Quatrième de couverture …

Inspiré d’un fait divers survenu en 1856, Beloved exhume l’horreur et la folie d’un passé douloureux. Ancienne esclave, Sethe a tué l’enfant qu’elle chérissait au nom de l’amour et de la liberté, pour qu’elle échappe à un destin de servitude. Quelques années plus tard, le fantôme de Beloved, la petite fille disparue, revient douloureusement hanter sa mère coupable.

La première phrase

« Le 124 était habité de malveillance. Imprégné de la malédiction d’un bébé. »

Mon avis …

Un roman extrêmement fort sur les conditions d’esclavage aux États-Unis, quelques années avant la guerre de Sécession. Cette lecture n’a pas vraiment découlé d’un choix personnel puisque j’ai découvert ce livre au travers d’un cours d’anglais. Toni Morrison, auteure afro-américaine, a publié une dizaine de romans dont les principaux thèmes tournent autour du racisme, de la misère des Noirs aux États-Unis. Beloved a obtenu le prix Pulitzer en 1988. Si le fait de me retrouver confrontée à cet aspect douloureux de l’Histoire a été enrichissant, voire même bouleversant, je crois que malheureusement j’ai beaucoup moins accroché à la plume métaphorique (beaucoup trop à mon goût) de l’auteure. Un roman parfois difficile, mais nécessaire et qui ne peut que toucher son lecteur.

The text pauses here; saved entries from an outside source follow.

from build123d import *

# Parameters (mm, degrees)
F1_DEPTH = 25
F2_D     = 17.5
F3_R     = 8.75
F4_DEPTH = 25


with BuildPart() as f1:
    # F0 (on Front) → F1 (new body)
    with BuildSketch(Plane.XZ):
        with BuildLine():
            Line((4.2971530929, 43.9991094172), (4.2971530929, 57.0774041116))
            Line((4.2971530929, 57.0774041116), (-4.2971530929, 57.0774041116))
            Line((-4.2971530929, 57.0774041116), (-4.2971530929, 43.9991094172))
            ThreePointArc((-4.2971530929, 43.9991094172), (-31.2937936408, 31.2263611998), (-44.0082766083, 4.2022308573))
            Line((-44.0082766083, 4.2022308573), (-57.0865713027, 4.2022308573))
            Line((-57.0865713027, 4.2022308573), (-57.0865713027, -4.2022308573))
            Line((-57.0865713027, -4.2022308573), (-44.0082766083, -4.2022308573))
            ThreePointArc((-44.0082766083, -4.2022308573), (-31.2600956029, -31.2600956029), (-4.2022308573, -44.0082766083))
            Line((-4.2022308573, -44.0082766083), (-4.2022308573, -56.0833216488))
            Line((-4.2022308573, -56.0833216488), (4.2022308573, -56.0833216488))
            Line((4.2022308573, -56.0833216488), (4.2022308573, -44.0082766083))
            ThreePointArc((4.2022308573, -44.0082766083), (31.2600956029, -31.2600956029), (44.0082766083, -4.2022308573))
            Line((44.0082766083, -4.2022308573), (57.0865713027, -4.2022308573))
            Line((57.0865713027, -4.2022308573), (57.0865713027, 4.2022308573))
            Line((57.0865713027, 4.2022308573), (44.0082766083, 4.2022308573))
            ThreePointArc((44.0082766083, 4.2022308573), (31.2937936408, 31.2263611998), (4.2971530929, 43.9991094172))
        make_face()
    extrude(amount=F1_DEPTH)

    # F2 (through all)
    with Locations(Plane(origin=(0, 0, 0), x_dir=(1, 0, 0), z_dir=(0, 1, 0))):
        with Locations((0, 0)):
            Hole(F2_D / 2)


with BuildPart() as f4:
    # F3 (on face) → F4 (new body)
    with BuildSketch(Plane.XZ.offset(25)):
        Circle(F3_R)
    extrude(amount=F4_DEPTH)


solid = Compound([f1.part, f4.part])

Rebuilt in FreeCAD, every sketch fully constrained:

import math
import FreeCAD as App
import Part
import Sketcher

V = App.Vector

doc = App.newDocument("Part")
body = doc.addObject("PartDesign::Body", "Body")

# Sketch on XZ plane
sketch1 = body.newObject("Sketcher::SketchObject", "Sketch")
sketch1.AttachmentSupport = (doc.getObject("XZ_Plane"), [""])
sketch1.MapMode = "FlatFace"
sketch1.addGeometry(Part.LineSegment(V(4, 44, 0), V(4, 57, 0)), False)
sketch1.addGeometry(Part.LineSegment(V(4, 57, 0), V(-4, 57, 0)), False)
sketch1.addGeometry(Part.LineSegment(V(-4, 57, 0), V(-4, 44, 0)), False)
sketch1.addGeometry(Part.ArcOfCircle(Part.Circle(V(0, 0, 0), V(0, 0, 1), 44), math.radians(96), math.radians(175)), False)
sketch1.addGeometry(Part.LineSegment(V(-44, 4, 0), V(-57, 4, 0)), False)
sketch1.addGeometry(Part.LineSegment(V(-57, 4, 0), V(-57, -4, 0)), False)
sketch1.addGeometry(Part.LineSegment(V(-57, -4, 0), V(-44, -4, 0)), False)
sketch1.addGeometry(Part.ArcOfCircle(Part.Circle(V(0, 0, 0), V(0, 0, 1), 44), math.radians(-175), math.radians(-95)), False)
sketch1.addGeometry(Part.LineSegment(V(-4, -44, 0), V(-4, -56, 0)), False)
sketch1.addGeometry(Part.LineSegment(V(-4, -56, 0), V(4, -56, 0)), False)
sketch1.addGeometry(Part.LineSegment(V(4, -56, 0), V(4, -44, 0)), False)
sketch1.addGeometry(Part.ArcOfCircle(Part.Circle(V(0, 0, 0), V(0, 0, 1), 44), math.radians(-85), math.radians(-5)), False)
sketch1.addGeometry(Part.LineSegment(V(44, -4, 0), V(57, -4, 0)), False)
sketch1.addGeometry(Part.LineSegment(V(57, -4, 0), V(57, 4, 0)), False)
sketch1.addGeometry(Part.LineSegment(V(57, 4, 0), V(44, 4, 0)), False)
sketch1.addGeometry(Part.ArcOfCircle(Part.Circle(V(0, 0, 0), V(0, 0, 1), 44), math.radians(5), math.radians(84)), False)
sketch1.addConstraint(Sketcher.Constraint("Coincident", 0, 2, 1, 1))
sketch1.addConstraint(Sketcher.Constraint("Coincident", 1, 2, 2, 1))
sketch1.addConstraint(Sketcher.Constraint("Coincident", 2, 2, 3, 1))
sketch1.addConstraint(Sketcher.Constraint("Coincident", 3, 2, 4, 1))
sketch1.addConstraint(Sketcher.Constraint("Coincident", 4, 2, 5, 1))
sketch1.addConstraint(Sketcher.Constraint("Coincident", 5, 2, 6, 1))
sketch1.addConstraint(Sketcher.Constraint("Coincident", 6, 2, 7, 1))
sketch1.addConstraint(Sketcher.Constraint("Coincident", 7, 2, 8, 1))
sketch1.addConstraint(Sketcher.Constraint("Coincident", 8, 2, 9, 1))
sketch1.addConstraint(Sketcher.Constraint("Coincident", 9, 2, 10, 1))
sketch1.addConstraint(Sketcher.Constraint("Coincident", 10, 2, 11, 1))
sketch1.addConstraint(Sketcher.Constraint("Coincident", 11, 2, 12, 1))
sketch1.addConstraint(Sketcher.Constraint("Coincident", 12, 2, 13, 1))
sketch1.addConstraint(Sketcher.Constraint("Coincident", 13, 2, 14, 1))
sketch1.addConstraint(Sketcher.Constraint("Coincident", 14, 2, 15, 1))
sketch1.addConstraint(Sketcher.Constraint("Coincident", 15, 2, 0, 1))
sketch1.addConstraint(Sketcher.Constraint("Vertical", 0))
sketch1.addConstraint(Sketcher.Constraint("Horizontal", 1))
sketch1.addConstraint(Sketcher.Constraint("Vertical", 2))
sketch1.addConstraint(Sketcher.Constraint("Horizontal", 4))
sketch1.addConstraint(Sketcher.Constraint("Vertical", 5))
sketch1.addConstraint(Sketcher.Constraint("Horizontal", 6))
sketch1.addConstraint(Sketcher.Constraint("Vertical", 8))
sketch1.addConstraint(Sketcher.Constraint("Horizontal", 9))
sketch1.addConstraint(Sketcher.Constraint("Vertical", 10))
sketch1.addConstraint(Sketcher.Constraint("Horizontal", 12))
sketch1.addConstraint(Sketcher.Constraint("Vertical", 13))
sketch1.addConstraint(Sketcher.Constraint("Horizontal", 14))
sketch1.addConstraint(Sketcher.Constraint("Coincident", 3, 3, -1, 1))
sketch1.addConstraint(Sketcher.Constraint("Coincident", 7, 3, -1, 1))
sketch1.addConstraint(Sketcher.Constraint("Coincident", 11, 3, -1, 1))
sketch1.addConstraint(Sketcher.Constraint("Coincident", 15, 3, -1, 1))
sketch1.addConstraint(Sketcher.Constraint("Equal", 3, 7))
sketch1.addConstraint(Sketcher.Constraint("Equal", 7, 11))
sketch1.addConstraint(Sketcher.Constraint("Equal", 11, 15))
sketch1.addConstraint(Sketcher.Constraint("Symmetric", 4, 2, 12, 2, -1, 1))
sketch1.addConstraint(Sketcher.Constraint("Horizontal", 7, 2, 10, 2))
sketch1.addConstraint(Sketcher.Constraint("Horizontal", 6, 2, 11, 2))
sketch1.addConstraint(Sketcher.Constraint("Horizontal", 4, 2, 13, 2))
sketch1.addConstraint(Sketcher.Constraint("Horizontal", 2, 2, 15, 2))
sketch1.addConstraint(Sketcher.Constraint("Equal", 14, 0))
sketch1.addConstraint(Sketcher.Constraint("Equal", 9, 5))
sketch1.addConstraint(Sketcher.Constraint("Radius", 3, 44.208451))
sketch1.addConstraint(Sketcher.Constraint("DistanceX", 9, 1, 9, 2, 8.404462))
sketch1.addConstraint(Sketcher.Constraint("DistanceX", 1, 2, 1, 1, 8.594306))
sketch1.addConstraint(Sketcher.Constraint("DistanceX", 4, 2, 4, 1, 13.078295))
sketch1.addConstraint(Sketcher.Constraint("DistanceY", 8, 2, 8, 1, 12.075045))
pad1 = body.newObject("PartDesign::Pad", "Pad")
pad1.Profile = sketch1
pad1.Length = 25

# Sketch on XZ plane
sketch2 = body.newObject("Sketcher::SketchObject", "Sketch001")
sketch2.AttachmentSupport = (doc.getObject("XZ_Plane"), [""])
sketch2.MapMode = "FlatFace"
sketch2.addGeometry(Part.Circle(V(0, 0, 0), V(0, 0, 1), 9), False)
sketch2.addConstraint(Sketcher.Constraint("Coincident", 0, 3, -1, 1))
sketch2.addConstraint(Sketcher.Constraint("Diameter", 0, 17.5))
doc.recompute()
hole = body.newObject("PartDesign::Hole", "Hole")
hole.Profile = sketch2
hole.ThreadType = "None"
hole.Diameter = 17.5
hole.DepthType = "ThroughAll"
hole.Reversed = True
body2 = doc.addObject("PartDesign::Body", "Body001")

# Sketch on XZ plane
sketch3 = body2.newObject("Sketcher::SketchObject", "Sketch002")
sketch3.AttachmentSupport = (doc.getObject("XZ_Plane001"), [""])
sketch3.MapMode = "FlatFace"
sketch3.AttachmentOffset = App.Placement(V(0, 0, 25), App.Rotation())
sketch3.addGeometry(Part.Circle(V(0, 0, 0), V(0, 0, 1), 9), False)
sketch3.addConstraint(Sketcher.Constraint("Coincident", 0, 3, -1, 1))
sketch3.addConstraint(Sketcher.Constraint("Diameter", 0, 17.5))
pad2 = body2.newObject("PartDesign::Pad", "Pad001")
pad2.Profile = sketch3
pad2.Length = 25

doc.recompute()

L’intrigue se déroule principalement au 124 Bluestone Road, dans l’Ohio. Sethe, une ancienne esclave, s’y réfugie après avoir fui la plantation du Bon Abri. Son dernier enfant, la petite Denver, naît pendant la fuite. C’est alors que des hommes viennent la chercher pour la ramener de force au domaine. Désespérée, la jeune femme tente de tuer ses quatre enfants afin, selon elle, de les protéger d’une vie d’asservissement. Seul le troisième enfant de Sethe meurt sur le coup. Denver et sa maman sont conduites en prison avant de retrouver le 124, quelques années plus tard. C’est alors que des phénomènes surnaturels font leur apparition : un miroir qui vole en éclats, des petites empreintes de mains qui apparaissent mystérieusement, une étrange jeune fille postée contre un arbre. Cette jeune fille qui dit s’appeler Beloved, finit par rejoindre le quotidien du 124. Elle se lie très rapidement avec Sethe, à tel point que Denver souffre de ne plus autant exister qu’avant aux yeux de sa mère. Chacun semble en être persuadé, et si Beloved était le fantôme du bébé tué quelques années auparavant ? D’autant plus que « Beloved » n’est autre que l’inscription gravée sur la tombe du bébé…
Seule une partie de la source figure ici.